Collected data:

"""

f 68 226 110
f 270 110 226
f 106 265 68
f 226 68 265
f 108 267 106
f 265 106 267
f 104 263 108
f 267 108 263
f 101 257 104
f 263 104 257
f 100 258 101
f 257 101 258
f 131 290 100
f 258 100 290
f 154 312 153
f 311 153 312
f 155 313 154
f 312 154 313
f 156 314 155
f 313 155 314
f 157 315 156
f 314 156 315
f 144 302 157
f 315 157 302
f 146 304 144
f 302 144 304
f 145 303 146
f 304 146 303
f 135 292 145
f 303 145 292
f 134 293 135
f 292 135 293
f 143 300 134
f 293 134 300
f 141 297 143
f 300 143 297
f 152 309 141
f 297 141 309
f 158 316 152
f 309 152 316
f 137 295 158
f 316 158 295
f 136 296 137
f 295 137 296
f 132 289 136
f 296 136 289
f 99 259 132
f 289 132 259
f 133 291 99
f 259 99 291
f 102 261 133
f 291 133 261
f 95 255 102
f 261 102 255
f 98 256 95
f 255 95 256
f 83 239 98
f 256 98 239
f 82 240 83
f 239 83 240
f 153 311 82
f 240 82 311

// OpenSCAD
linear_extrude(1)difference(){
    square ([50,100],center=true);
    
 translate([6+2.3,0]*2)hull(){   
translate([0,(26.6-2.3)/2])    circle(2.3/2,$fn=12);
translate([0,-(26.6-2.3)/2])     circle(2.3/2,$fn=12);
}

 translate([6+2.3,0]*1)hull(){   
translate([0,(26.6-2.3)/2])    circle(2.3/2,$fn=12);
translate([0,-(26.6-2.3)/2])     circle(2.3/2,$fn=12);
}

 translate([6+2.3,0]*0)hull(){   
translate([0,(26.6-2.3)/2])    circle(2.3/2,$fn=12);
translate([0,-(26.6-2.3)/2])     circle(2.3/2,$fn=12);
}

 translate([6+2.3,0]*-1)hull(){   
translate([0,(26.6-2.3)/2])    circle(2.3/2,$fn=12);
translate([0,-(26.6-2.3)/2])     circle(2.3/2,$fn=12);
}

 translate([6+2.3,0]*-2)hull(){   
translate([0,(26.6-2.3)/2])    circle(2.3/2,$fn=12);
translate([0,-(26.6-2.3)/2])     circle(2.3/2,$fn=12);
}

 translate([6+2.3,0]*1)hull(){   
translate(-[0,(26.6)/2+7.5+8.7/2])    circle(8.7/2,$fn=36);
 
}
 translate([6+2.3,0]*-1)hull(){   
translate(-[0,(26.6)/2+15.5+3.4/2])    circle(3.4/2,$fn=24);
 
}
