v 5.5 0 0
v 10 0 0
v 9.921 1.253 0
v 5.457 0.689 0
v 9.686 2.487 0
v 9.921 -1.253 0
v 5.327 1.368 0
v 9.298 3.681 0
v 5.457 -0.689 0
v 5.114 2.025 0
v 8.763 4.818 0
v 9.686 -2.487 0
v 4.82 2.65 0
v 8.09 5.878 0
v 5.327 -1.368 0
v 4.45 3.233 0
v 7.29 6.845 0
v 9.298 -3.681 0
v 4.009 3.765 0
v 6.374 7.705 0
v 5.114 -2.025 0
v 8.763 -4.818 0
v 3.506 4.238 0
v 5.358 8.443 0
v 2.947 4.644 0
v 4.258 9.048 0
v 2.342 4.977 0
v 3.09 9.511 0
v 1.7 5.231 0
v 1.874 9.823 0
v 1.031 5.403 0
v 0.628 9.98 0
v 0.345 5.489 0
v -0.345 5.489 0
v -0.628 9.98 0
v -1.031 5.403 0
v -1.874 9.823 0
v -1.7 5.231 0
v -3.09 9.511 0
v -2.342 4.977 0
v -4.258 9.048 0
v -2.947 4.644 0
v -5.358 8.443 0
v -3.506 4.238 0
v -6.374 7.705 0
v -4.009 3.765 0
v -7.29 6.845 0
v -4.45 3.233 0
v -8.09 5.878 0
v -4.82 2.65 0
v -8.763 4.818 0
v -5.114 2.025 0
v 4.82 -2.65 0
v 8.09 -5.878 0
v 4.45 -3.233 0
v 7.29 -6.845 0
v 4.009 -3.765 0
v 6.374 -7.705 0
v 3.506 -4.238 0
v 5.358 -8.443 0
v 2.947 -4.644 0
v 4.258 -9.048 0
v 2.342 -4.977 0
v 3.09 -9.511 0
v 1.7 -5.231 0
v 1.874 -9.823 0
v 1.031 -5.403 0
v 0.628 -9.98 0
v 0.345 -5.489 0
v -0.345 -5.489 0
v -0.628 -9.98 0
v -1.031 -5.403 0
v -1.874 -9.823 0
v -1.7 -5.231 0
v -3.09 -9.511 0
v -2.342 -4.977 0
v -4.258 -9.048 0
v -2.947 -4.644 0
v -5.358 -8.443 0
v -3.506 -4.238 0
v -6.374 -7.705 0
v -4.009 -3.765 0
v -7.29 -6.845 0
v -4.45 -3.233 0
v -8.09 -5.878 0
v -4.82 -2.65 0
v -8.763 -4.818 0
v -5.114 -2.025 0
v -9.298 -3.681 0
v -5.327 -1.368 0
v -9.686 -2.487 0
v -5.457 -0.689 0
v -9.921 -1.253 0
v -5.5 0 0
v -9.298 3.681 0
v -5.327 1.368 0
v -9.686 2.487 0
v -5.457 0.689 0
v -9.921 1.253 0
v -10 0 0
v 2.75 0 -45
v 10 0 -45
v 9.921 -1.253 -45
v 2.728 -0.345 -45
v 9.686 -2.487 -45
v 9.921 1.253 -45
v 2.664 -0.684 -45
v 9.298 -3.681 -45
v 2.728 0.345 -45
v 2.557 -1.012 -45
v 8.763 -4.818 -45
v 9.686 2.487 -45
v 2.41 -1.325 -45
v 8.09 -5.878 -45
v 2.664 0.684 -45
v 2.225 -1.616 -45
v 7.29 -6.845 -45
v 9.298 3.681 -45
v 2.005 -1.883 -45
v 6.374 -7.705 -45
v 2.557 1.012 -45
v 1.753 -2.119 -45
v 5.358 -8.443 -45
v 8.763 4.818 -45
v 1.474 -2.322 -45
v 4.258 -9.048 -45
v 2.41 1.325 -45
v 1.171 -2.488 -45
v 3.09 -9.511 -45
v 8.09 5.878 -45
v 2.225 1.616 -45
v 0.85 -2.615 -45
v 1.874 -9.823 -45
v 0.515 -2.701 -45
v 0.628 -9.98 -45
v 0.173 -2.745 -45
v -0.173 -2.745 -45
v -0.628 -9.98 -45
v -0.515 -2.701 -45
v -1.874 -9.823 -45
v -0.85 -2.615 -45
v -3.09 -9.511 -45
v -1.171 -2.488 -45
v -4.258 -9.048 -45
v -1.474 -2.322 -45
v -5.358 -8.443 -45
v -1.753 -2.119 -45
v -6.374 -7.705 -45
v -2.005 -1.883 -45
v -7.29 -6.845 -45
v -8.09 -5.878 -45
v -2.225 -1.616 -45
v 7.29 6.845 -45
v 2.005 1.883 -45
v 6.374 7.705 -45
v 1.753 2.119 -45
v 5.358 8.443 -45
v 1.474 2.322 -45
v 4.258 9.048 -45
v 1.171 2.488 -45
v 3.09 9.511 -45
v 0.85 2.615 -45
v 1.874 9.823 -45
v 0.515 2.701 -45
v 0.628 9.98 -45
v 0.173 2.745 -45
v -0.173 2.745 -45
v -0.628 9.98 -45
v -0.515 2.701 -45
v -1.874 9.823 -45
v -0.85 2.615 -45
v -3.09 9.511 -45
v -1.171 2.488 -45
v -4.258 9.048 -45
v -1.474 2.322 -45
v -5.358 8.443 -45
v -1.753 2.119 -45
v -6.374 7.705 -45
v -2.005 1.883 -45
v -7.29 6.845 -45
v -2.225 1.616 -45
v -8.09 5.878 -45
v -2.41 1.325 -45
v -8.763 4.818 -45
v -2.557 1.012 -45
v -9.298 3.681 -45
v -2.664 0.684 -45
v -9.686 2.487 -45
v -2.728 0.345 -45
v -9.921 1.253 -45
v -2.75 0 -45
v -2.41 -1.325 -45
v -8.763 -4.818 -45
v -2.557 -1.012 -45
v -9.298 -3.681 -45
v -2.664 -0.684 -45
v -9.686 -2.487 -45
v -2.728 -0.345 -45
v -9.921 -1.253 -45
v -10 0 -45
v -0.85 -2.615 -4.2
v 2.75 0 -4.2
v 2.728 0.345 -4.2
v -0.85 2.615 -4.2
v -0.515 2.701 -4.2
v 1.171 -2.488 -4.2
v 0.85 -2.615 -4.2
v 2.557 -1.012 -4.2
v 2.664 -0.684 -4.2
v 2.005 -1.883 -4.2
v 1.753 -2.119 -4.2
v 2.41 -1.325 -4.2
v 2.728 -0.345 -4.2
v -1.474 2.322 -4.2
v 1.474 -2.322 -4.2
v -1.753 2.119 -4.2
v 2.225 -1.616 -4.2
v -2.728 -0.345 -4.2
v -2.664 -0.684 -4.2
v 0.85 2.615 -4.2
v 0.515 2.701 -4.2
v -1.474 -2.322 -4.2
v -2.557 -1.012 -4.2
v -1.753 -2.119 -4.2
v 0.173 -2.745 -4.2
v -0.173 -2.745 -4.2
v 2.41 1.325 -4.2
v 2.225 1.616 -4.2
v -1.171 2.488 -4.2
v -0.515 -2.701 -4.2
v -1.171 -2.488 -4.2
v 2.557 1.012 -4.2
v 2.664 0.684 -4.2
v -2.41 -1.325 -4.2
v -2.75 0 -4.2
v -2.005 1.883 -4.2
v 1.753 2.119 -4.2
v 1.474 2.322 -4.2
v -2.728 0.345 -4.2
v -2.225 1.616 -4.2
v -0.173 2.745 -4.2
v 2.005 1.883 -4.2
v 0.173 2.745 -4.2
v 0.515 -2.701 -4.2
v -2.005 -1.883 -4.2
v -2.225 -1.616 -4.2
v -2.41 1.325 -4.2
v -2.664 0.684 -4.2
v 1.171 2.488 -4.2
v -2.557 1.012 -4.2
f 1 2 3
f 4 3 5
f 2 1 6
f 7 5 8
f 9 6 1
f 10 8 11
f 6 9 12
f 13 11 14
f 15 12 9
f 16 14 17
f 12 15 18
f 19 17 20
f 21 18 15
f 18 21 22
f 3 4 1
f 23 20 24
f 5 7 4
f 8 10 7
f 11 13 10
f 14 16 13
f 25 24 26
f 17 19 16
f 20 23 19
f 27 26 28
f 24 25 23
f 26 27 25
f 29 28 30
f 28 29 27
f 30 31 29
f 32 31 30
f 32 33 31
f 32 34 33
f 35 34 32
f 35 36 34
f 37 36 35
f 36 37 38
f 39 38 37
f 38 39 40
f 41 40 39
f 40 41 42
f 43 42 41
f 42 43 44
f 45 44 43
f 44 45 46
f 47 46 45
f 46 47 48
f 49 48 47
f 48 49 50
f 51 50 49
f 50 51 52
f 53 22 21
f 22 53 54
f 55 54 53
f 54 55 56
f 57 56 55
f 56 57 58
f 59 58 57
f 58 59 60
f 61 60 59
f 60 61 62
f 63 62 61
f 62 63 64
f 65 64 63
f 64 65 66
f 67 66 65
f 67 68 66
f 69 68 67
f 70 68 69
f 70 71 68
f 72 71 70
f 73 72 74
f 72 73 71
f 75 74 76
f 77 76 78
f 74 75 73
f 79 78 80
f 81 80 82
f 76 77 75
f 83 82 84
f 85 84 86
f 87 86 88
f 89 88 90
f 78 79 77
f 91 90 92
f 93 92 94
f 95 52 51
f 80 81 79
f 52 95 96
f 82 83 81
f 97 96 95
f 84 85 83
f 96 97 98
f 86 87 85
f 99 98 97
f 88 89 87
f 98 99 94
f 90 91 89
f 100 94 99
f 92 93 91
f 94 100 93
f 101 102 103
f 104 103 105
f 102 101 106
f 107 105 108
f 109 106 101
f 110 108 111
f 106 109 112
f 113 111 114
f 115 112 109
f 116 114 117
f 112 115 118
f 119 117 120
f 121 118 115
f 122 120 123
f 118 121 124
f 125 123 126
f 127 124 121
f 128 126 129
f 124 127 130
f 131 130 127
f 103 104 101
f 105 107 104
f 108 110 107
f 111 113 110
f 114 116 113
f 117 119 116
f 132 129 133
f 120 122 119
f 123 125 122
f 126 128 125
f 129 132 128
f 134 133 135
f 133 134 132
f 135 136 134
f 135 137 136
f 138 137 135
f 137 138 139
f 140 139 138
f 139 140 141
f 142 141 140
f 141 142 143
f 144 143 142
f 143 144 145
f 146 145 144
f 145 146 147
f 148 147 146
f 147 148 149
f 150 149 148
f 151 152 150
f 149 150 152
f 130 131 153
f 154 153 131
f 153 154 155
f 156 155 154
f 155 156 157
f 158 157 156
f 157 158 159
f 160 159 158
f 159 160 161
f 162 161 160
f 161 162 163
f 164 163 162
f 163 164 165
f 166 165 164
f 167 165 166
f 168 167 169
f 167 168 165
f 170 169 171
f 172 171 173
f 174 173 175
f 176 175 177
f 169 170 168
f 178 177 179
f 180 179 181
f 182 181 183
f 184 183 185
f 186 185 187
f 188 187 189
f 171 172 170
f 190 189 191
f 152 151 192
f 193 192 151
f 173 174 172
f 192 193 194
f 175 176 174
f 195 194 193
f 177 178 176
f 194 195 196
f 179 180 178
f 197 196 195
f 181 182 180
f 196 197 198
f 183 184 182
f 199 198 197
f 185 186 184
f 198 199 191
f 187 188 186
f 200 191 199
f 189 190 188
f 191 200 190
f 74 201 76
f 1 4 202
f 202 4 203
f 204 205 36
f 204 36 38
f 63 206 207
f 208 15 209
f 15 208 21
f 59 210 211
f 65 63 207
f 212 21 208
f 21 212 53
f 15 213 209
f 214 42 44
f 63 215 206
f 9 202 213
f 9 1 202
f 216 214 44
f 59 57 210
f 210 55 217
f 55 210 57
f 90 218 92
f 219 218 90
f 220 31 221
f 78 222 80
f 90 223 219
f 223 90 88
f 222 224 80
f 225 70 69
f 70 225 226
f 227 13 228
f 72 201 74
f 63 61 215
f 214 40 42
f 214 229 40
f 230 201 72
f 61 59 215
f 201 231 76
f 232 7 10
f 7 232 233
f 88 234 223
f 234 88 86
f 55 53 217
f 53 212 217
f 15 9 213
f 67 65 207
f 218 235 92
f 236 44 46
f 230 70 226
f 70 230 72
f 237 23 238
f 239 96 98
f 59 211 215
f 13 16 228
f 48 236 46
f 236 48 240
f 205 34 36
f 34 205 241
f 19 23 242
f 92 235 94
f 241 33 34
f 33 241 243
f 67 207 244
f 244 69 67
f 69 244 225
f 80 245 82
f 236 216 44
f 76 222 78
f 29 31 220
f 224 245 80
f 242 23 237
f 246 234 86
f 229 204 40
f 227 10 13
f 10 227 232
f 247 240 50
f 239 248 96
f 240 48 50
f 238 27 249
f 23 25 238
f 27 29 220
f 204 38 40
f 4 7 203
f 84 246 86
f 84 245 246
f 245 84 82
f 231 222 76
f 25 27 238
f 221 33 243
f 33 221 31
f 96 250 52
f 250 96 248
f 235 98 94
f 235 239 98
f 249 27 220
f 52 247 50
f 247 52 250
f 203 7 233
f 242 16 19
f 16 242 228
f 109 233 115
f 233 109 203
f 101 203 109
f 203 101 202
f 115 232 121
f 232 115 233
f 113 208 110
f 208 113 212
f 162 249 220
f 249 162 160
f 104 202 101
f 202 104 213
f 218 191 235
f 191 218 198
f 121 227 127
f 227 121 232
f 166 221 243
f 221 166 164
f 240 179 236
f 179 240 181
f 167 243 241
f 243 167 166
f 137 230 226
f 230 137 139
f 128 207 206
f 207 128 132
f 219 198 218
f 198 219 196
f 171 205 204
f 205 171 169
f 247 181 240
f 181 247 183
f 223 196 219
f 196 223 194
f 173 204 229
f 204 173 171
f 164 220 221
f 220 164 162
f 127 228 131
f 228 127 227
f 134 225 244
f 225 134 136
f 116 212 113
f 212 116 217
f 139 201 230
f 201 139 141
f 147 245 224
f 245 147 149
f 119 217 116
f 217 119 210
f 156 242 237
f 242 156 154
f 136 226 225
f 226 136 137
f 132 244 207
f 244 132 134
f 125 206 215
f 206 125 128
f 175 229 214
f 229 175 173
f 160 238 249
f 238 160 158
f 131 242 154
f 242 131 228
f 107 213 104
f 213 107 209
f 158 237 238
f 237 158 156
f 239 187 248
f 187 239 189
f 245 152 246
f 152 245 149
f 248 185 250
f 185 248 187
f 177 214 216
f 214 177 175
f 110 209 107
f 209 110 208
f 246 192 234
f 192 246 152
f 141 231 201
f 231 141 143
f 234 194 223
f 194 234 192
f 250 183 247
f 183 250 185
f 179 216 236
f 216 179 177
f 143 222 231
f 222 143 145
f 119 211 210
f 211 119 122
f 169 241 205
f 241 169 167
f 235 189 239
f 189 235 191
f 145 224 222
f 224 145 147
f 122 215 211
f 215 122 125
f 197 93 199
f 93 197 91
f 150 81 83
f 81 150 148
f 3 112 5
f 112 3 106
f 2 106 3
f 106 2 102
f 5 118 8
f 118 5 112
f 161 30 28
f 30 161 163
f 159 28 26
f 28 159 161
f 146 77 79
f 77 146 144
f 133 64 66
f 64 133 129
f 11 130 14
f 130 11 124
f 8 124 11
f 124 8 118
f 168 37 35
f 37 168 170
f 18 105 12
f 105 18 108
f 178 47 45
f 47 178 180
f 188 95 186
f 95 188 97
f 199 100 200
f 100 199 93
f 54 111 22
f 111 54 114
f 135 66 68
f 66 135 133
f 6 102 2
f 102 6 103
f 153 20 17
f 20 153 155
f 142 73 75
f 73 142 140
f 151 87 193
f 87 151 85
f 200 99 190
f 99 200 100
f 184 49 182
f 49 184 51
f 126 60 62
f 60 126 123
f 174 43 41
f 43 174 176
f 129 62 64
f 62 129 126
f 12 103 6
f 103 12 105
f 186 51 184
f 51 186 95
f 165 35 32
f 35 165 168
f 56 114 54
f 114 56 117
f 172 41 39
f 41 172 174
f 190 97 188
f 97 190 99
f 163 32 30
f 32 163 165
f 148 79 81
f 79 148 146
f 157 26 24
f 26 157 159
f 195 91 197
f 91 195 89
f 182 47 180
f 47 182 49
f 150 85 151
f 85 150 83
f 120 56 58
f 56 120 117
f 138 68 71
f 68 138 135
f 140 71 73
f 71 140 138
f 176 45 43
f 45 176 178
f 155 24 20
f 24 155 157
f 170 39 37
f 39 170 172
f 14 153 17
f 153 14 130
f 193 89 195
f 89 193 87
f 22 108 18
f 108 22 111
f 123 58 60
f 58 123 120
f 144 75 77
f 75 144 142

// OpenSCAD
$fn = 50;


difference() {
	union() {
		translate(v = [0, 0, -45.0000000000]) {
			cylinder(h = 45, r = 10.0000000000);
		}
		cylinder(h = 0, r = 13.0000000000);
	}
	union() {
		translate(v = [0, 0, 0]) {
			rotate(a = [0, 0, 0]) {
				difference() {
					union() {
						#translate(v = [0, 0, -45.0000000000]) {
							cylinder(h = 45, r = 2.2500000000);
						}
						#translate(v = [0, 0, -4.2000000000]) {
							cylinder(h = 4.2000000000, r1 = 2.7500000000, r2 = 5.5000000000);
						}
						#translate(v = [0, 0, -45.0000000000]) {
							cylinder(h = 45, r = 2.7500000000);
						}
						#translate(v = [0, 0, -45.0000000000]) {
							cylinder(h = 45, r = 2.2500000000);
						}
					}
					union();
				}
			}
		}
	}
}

"""

▶ _WHAT YOU ARE ASKED TO DO_
Repeat exactly, please, each line from the beginning of the data through the line with "f 259 99 291" in it, and only those lines.

▶ _RESULT OF THE TASK_
f 68 226 110
f 270 110 226
f 106 265 68
f 226 68 265
f 108 267 106
f 265 106 267
f 104 263 108
f 267 108 263
f 101 257 104
f 263 104 257
f 100 258 101
f 257 101 258
f 131 290 100
f 258 100 290
f 154 312 153
f 311 153 312
f 155 313 154
f 312 154 313
f 156 314 155
f 313 155 314
f 157 315 156
f 314 156 315
f 144 302 157
f 315 157 302
f 146 304 144
f 302 144 304
f 145 303 146
f 304 146 303
f 135 292 145
f 303 145 292
f 134 293 135
f 292 135 293
f 143 300 134
f 293 134 300
f 141 297 143
f 300 143 297
f 152 309 141
f 297 141 309
f 158 316 152
f 309 152 316
f 137 295 158
f 316 158 295
f 136 296 137
f 295 137 296
f 132 289 136
f 296 136 289
f 99 259 132
f 289 132 259
f 133 291 99
f 259 99 291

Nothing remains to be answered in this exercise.